[DATASET CONTENT Boundary: Start]
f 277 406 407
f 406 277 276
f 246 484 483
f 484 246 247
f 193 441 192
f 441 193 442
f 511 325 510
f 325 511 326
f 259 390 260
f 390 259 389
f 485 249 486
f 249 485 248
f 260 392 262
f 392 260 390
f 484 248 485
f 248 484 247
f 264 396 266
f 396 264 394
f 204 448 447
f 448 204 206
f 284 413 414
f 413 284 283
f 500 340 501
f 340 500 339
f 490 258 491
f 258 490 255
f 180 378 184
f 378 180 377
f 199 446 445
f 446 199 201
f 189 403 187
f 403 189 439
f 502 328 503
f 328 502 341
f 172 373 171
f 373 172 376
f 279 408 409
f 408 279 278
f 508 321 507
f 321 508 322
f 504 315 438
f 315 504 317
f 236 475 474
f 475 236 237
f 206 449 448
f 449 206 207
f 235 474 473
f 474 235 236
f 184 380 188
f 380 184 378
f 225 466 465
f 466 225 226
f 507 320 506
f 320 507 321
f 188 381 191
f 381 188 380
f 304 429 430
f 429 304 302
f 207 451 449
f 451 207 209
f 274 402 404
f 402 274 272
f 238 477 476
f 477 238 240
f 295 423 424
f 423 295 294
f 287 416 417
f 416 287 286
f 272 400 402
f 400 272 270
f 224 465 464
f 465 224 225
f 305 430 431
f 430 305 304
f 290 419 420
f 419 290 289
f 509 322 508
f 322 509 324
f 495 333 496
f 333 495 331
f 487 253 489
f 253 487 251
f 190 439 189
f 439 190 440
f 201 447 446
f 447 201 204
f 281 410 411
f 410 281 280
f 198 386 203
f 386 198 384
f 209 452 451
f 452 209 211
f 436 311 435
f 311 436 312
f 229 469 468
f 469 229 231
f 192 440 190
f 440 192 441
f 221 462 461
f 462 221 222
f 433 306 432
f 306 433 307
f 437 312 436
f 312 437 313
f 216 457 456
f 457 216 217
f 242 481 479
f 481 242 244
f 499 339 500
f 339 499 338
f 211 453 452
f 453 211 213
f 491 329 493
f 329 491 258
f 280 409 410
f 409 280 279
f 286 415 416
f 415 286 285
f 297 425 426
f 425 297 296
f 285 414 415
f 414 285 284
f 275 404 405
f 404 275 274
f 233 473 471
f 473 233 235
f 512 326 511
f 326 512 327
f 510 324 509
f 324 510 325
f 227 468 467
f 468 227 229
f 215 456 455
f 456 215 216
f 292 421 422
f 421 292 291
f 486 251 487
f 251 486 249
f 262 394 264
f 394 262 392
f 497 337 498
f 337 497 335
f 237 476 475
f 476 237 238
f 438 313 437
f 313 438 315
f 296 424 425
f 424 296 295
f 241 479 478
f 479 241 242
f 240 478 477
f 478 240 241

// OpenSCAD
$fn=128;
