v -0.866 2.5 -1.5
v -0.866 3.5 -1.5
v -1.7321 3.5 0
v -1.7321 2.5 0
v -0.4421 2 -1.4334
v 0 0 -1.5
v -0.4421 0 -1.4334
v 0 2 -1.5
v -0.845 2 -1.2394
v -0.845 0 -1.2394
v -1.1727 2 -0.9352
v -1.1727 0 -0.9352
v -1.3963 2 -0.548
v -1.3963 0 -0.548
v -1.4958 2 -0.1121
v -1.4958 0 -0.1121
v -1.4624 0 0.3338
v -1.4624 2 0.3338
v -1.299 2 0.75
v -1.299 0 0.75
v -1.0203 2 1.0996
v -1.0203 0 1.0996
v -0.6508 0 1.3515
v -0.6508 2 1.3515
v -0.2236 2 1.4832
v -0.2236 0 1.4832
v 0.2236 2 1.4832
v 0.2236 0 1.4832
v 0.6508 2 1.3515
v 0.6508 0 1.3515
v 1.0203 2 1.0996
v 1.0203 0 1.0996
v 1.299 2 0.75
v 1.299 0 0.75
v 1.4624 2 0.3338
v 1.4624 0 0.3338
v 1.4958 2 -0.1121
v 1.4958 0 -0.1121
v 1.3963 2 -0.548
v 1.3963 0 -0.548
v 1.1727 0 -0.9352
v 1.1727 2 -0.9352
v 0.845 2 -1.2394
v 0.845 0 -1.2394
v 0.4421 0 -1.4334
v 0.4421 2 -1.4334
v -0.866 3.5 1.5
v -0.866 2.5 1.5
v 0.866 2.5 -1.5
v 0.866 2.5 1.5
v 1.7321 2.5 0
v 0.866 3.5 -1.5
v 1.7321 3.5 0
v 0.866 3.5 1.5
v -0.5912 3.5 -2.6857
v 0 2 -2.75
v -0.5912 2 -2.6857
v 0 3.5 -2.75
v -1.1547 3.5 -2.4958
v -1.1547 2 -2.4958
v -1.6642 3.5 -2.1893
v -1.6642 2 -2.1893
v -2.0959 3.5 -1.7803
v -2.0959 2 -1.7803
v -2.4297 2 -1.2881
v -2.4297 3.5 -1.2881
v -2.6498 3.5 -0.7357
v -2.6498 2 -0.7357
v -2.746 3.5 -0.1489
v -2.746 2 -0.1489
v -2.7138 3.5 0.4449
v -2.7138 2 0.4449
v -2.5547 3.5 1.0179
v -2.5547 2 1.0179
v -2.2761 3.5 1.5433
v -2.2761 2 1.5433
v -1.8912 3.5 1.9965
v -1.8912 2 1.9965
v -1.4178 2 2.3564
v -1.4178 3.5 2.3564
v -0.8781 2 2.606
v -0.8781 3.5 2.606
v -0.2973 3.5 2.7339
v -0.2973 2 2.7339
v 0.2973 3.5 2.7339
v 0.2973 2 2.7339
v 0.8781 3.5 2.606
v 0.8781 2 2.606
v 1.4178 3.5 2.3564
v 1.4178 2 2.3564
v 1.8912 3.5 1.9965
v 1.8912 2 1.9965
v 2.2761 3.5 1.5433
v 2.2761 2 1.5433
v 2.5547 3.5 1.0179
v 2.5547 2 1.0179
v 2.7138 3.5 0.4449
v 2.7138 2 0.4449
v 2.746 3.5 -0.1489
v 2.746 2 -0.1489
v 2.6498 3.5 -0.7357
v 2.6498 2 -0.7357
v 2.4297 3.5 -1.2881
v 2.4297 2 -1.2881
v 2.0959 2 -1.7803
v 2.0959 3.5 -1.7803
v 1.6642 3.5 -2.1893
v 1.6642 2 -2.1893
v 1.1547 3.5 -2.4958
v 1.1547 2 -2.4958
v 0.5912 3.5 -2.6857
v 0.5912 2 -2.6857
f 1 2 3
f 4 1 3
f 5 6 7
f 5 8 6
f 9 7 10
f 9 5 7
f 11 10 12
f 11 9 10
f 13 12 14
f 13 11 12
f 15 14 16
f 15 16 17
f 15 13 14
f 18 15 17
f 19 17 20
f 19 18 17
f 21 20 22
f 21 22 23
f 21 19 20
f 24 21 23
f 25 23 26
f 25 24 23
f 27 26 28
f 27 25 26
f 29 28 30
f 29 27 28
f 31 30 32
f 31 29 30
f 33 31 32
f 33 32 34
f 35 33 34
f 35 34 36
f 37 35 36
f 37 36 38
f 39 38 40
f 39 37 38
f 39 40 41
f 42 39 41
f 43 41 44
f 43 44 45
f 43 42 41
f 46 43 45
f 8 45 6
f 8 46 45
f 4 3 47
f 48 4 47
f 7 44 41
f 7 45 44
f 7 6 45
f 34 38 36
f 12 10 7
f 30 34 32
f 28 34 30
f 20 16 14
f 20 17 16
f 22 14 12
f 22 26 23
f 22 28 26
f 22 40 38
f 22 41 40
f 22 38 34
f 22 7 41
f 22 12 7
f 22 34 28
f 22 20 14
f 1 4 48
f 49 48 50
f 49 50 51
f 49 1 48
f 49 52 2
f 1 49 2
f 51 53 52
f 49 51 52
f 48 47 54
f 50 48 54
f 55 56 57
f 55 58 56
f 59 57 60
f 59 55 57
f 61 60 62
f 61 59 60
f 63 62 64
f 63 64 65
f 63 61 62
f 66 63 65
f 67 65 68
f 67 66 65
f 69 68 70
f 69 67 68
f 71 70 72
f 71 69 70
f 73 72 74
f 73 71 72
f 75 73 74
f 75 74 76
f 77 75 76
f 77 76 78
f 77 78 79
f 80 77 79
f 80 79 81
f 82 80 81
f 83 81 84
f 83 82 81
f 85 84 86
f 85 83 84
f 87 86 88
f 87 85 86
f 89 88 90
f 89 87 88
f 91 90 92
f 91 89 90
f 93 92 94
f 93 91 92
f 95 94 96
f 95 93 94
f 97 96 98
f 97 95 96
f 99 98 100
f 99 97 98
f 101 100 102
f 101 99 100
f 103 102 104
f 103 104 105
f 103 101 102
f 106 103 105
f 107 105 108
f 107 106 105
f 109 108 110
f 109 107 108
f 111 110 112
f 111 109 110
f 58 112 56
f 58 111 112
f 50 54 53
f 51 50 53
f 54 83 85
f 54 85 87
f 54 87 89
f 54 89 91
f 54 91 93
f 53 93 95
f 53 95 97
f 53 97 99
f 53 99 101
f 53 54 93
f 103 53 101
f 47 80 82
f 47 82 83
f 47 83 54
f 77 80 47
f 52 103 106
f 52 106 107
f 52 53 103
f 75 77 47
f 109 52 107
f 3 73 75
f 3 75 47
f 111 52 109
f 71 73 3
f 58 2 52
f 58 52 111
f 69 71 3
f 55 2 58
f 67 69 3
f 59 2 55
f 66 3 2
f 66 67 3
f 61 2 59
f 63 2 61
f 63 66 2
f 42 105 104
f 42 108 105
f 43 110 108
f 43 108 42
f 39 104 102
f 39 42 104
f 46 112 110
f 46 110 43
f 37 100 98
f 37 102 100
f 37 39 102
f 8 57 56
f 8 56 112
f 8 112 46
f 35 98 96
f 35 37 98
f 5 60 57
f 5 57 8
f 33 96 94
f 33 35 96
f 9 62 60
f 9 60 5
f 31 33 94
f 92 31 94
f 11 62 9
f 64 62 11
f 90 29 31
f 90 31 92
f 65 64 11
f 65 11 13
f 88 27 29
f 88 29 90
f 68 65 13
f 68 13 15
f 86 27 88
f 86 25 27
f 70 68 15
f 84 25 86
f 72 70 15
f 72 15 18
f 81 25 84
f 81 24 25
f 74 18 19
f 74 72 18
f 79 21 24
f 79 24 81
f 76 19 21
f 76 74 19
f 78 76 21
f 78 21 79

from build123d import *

# Parameters (mm, degrees)
SKETCH1_W          = 1.5
SKETCH1_H          = 2
CUT_EXTRUDE1_DEPTH = 1


with BuildPart() as part:
    # Sketch1 → Revolve1 (revolve)
    with BuildSketch(Plane.XY, mode=Mode.PRIVATE) as revolve1_sk:
        Polygon((0, 3.5), (0, 2), (1.5, 2), (2.75, 2), (2.75, 3.5), align=None)
        with Locations((0.75, 1)):
            Rectangle(SKETCH1_W, SKETCH1_H)
    revolve(revolve1_sk.sketch.rotate(Axis((0, 0, 0), (0, 1, 0)), 90), axis=Axis((0, 0, 0), (0, 1, 0)))

    # Sketch2 → Cut-Extrude1 (cut)
    with BuildSketch(Plane(origin=(0, 3.5, 0), x_dir=(1, 0, 0), z_dir=(0, 1, 0))):
        Polygon((-1.732050808, 0), (-0.866025404, -1.5), (0.866025404, -1.5), (1.732050808, 0), (0.866025404, 1.5), (-0.866025404, 1.5), align=None)
    extrude(amount=-CUT_EXTRUDE1_DEPTH, mode=Mode.SUBTRACT)


solid = part.part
[DATASET CONTENT Boundary: End]
▶ _PROBLEM DESCRIPTION_: For the listing above, print only the lines starting at the line containing "f 322 509 324" and ending at the line containing "f 457 216 217", exactly, both included.

▶ _RESPONSE TO THIS TASK_:
f 322 509 324
f 495 333 496
f 333 495 331
f 487 253 489
f 253 487 251
f 190 439 189
f 439 190 440
f 201 447 446
f 447 201 204
f 281 410 411
f 410 281 280
f 198 386 203
f 386 198 384
f 209 452 451
f 452 209 211
f 436 311 435
f 311 436 312
f 229 469 468
f 469 229 231
f 192 440 190
f 440 192 441
f 221 462 461
f 462 221 222
f 433 306 432
f 306 433 307
f 437 312 436
f 312 437 313
f 216 457 456
f 457 216 217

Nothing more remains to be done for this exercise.